Exercise prompt:
In the entries below, find the line with "f 821 820 822" and the line with "f 838 813 781"; give again those lines and every line between them, exactly.
Records for processing: Begin
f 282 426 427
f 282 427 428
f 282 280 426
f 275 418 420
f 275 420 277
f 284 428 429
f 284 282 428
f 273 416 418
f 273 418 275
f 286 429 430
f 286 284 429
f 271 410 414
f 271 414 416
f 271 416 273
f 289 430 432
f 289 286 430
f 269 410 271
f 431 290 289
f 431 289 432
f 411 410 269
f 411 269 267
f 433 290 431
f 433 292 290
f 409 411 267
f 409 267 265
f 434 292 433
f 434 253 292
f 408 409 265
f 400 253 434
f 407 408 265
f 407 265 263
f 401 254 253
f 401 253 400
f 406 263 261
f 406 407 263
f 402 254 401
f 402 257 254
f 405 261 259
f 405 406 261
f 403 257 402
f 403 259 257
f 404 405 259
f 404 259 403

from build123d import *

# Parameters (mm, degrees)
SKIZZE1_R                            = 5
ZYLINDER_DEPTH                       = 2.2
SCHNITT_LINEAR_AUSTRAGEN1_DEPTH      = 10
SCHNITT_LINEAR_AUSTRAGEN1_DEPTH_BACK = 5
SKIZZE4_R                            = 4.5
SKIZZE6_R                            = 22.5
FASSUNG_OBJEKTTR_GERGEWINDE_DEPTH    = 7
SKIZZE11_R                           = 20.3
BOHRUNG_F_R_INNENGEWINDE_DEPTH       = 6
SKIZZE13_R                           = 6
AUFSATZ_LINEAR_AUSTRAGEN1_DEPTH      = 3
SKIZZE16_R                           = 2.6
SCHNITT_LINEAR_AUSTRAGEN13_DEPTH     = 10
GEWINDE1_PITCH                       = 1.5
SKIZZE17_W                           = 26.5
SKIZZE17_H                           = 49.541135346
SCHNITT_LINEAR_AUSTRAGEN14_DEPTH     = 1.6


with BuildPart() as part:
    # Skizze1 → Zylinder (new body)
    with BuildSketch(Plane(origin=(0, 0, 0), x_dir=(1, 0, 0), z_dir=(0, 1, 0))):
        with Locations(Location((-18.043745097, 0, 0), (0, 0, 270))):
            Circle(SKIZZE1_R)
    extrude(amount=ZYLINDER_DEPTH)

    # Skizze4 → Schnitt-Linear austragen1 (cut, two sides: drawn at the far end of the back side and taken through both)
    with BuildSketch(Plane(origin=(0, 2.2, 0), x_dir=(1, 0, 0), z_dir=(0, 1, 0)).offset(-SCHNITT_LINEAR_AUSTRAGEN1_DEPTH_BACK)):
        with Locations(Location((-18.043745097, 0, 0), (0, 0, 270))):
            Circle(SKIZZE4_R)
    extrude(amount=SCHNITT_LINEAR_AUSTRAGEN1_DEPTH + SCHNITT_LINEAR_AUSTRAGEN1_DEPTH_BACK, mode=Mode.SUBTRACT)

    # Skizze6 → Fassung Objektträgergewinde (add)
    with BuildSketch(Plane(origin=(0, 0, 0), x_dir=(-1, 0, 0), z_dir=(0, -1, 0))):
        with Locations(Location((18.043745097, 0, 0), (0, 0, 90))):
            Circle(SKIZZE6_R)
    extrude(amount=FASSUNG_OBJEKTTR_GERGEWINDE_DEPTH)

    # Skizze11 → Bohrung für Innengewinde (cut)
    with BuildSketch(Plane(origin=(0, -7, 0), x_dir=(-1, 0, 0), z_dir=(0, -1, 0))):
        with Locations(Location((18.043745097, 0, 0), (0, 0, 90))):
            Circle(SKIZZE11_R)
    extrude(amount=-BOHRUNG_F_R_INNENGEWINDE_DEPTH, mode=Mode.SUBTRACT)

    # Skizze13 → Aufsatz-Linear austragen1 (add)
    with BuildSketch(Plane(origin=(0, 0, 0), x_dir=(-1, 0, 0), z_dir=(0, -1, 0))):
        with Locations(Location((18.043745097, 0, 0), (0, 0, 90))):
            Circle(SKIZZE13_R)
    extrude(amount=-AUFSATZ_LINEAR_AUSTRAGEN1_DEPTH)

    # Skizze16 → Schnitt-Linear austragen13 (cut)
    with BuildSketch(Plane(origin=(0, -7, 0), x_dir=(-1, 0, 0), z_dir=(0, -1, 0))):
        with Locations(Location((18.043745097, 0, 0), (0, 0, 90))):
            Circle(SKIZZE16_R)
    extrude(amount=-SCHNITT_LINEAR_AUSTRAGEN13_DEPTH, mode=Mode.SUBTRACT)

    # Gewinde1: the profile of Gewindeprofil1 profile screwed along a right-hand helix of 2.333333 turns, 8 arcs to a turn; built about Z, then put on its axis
Records for processing: End
Records for processing: Begin
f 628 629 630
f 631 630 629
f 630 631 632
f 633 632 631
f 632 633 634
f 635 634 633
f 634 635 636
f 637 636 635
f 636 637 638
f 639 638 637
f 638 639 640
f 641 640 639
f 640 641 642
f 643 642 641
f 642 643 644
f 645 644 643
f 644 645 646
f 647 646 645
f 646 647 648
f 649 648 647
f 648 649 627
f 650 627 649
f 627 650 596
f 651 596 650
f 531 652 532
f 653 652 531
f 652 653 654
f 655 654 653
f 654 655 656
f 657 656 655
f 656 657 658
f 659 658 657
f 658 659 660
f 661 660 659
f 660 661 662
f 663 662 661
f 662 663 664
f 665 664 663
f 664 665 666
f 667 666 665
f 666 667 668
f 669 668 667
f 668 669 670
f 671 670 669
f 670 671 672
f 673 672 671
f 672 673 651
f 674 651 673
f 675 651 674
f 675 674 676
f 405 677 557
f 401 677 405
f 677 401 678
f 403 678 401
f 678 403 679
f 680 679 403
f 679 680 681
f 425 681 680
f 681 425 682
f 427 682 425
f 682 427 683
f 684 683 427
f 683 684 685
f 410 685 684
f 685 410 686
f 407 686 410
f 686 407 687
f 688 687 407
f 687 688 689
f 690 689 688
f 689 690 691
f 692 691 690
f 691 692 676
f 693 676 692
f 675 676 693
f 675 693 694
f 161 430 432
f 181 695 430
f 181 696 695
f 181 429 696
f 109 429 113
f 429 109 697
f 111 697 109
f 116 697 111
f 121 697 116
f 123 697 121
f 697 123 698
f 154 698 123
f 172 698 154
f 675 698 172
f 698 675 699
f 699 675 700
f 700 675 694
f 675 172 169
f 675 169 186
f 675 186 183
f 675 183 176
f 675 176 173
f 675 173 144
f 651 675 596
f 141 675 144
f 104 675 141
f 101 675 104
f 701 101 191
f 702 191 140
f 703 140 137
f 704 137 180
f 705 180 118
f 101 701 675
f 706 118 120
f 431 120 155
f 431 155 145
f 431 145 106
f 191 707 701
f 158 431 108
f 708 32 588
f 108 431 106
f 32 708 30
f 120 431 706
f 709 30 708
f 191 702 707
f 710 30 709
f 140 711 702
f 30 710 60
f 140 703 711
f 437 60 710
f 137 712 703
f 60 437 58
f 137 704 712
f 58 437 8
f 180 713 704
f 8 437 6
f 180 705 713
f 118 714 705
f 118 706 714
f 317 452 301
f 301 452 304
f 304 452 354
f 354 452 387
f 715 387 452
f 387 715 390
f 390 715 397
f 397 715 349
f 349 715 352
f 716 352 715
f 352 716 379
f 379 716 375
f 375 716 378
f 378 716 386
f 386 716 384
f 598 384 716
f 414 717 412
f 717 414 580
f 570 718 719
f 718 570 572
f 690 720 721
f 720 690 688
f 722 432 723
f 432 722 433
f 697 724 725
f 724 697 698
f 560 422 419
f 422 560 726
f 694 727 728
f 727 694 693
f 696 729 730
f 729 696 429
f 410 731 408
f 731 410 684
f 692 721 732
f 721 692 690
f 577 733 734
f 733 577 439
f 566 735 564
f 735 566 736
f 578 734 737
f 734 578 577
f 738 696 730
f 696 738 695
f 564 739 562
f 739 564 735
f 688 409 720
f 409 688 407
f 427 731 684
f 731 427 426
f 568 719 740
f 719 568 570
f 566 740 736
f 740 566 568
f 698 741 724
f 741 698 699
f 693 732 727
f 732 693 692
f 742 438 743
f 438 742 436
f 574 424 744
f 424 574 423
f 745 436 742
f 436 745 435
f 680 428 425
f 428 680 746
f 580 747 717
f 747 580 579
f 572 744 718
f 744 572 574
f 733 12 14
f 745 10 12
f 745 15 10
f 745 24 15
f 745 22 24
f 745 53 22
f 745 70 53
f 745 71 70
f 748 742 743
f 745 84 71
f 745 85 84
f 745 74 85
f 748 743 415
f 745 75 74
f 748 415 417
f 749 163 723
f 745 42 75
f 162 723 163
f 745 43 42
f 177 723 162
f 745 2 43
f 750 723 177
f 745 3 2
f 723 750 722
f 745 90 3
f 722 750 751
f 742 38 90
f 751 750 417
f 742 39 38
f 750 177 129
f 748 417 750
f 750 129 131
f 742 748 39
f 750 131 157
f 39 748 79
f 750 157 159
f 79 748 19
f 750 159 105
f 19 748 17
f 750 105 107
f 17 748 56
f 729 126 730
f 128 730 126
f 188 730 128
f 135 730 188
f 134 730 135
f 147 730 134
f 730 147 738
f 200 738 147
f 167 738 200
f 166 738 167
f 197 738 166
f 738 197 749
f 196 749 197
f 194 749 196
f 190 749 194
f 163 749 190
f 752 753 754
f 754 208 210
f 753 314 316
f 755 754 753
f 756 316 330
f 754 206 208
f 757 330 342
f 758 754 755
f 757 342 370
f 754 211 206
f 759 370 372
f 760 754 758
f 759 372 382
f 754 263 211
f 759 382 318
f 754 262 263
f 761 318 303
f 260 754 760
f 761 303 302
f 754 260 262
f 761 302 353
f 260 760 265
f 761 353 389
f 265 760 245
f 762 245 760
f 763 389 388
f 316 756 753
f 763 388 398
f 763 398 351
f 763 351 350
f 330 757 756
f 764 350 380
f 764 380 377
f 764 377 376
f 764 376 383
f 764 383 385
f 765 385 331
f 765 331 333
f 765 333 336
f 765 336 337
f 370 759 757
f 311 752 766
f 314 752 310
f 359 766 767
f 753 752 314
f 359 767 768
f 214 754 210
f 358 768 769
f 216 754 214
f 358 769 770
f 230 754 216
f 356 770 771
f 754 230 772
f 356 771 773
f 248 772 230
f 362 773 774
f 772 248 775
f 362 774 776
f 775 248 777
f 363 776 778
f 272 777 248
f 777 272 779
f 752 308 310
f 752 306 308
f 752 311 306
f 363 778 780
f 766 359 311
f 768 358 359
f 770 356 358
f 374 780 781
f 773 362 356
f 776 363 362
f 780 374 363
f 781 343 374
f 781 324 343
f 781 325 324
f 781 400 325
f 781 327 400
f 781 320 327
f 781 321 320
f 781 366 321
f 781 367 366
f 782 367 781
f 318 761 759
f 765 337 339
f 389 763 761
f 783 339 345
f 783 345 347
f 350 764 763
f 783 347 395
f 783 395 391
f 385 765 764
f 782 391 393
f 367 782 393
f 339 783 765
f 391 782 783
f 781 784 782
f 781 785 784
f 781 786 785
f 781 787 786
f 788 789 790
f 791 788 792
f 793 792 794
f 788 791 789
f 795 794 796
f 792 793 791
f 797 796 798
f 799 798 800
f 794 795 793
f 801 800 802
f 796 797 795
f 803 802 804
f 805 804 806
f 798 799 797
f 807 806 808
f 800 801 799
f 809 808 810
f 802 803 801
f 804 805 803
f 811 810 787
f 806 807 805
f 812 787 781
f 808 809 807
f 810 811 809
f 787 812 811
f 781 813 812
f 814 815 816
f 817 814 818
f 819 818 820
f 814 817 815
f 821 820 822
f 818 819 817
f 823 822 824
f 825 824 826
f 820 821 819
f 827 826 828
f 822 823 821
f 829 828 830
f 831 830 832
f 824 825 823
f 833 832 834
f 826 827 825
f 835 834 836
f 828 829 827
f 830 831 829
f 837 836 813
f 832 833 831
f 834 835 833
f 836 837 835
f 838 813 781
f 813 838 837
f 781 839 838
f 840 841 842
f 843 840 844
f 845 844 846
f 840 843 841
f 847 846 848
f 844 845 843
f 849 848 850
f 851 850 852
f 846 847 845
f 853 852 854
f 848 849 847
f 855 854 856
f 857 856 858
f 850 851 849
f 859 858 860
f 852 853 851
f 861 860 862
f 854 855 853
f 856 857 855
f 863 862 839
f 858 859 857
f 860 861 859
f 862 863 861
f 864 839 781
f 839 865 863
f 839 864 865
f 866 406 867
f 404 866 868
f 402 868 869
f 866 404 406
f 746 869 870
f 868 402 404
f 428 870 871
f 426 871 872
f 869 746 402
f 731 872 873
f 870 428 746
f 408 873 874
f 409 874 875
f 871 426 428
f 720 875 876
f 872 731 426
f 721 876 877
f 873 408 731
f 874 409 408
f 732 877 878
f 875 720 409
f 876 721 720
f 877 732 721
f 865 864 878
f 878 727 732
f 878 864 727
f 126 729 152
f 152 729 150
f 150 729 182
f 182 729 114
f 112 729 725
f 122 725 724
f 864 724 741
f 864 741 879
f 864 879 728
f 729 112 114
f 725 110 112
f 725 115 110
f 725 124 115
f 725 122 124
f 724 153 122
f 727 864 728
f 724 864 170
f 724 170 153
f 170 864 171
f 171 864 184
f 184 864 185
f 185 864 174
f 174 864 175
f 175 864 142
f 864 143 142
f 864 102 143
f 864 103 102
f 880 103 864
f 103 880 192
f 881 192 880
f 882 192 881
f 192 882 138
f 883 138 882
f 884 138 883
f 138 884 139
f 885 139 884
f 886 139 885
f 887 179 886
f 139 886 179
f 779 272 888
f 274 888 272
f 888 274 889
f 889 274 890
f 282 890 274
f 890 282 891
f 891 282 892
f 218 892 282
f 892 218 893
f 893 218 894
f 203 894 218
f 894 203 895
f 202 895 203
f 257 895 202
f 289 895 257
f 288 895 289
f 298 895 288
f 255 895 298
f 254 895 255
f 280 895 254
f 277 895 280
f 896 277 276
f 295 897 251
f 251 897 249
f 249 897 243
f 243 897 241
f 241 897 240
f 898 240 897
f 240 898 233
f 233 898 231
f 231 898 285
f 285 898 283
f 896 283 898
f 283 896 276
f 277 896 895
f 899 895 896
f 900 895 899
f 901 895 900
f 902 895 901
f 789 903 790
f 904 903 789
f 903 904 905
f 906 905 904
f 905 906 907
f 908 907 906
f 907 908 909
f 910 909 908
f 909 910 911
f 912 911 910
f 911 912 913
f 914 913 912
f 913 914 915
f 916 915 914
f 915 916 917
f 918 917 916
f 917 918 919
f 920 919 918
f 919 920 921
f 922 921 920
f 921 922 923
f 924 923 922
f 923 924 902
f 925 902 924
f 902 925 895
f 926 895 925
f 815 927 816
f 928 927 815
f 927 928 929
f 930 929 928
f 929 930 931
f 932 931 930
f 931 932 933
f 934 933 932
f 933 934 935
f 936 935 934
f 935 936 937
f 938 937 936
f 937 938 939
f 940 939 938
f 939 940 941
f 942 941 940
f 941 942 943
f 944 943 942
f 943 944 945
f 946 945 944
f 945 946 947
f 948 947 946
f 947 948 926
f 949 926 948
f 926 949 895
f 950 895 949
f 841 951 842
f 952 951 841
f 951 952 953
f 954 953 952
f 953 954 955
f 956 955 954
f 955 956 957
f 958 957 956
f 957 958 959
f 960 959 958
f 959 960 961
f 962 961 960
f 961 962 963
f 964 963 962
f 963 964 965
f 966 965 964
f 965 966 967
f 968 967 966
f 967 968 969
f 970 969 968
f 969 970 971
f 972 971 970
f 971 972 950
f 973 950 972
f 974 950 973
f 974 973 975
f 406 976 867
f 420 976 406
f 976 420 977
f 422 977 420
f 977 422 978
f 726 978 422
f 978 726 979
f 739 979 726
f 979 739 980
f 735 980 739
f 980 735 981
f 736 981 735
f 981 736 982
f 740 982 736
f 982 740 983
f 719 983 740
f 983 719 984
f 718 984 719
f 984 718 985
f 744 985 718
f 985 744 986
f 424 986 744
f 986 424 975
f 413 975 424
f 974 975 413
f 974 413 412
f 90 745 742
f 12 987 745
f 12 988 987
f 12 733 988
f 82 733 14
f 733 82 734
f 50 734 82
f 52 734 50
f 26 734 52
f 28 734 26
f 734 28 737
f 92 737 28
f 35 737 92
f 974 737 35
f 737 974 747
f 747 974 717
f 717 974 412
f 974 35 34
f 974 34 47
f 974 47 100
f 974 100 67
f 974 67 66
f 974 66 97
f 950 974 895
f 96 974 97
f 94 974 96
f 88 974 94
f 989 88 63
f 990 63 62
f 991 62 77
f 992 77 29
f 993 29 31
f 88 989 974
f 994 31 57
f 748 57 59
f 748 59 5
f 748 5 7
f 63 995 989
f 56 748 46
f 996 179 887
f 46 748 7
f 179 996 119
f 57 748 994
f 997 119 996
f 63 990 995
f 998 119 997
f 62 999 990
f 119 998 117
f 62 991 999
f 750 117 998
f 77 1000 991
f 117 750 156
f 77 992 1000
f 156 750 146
Records for processing: End
Answer area:
f 821 820 822
f 818 819 817
f 823 822 824
f 825 824 826
f 820 821 819
f 827 826 828
f 822 823 821
f 829 828 830
f 831 830 832
f 824 825 823
f 833 832 834
f 826 827 825
f 835 834 836
f 828 829 827
f 830 831 829
f 837 836 813
f 832 833 831
f 834 835 833
f 836 837 835
f 838 813 781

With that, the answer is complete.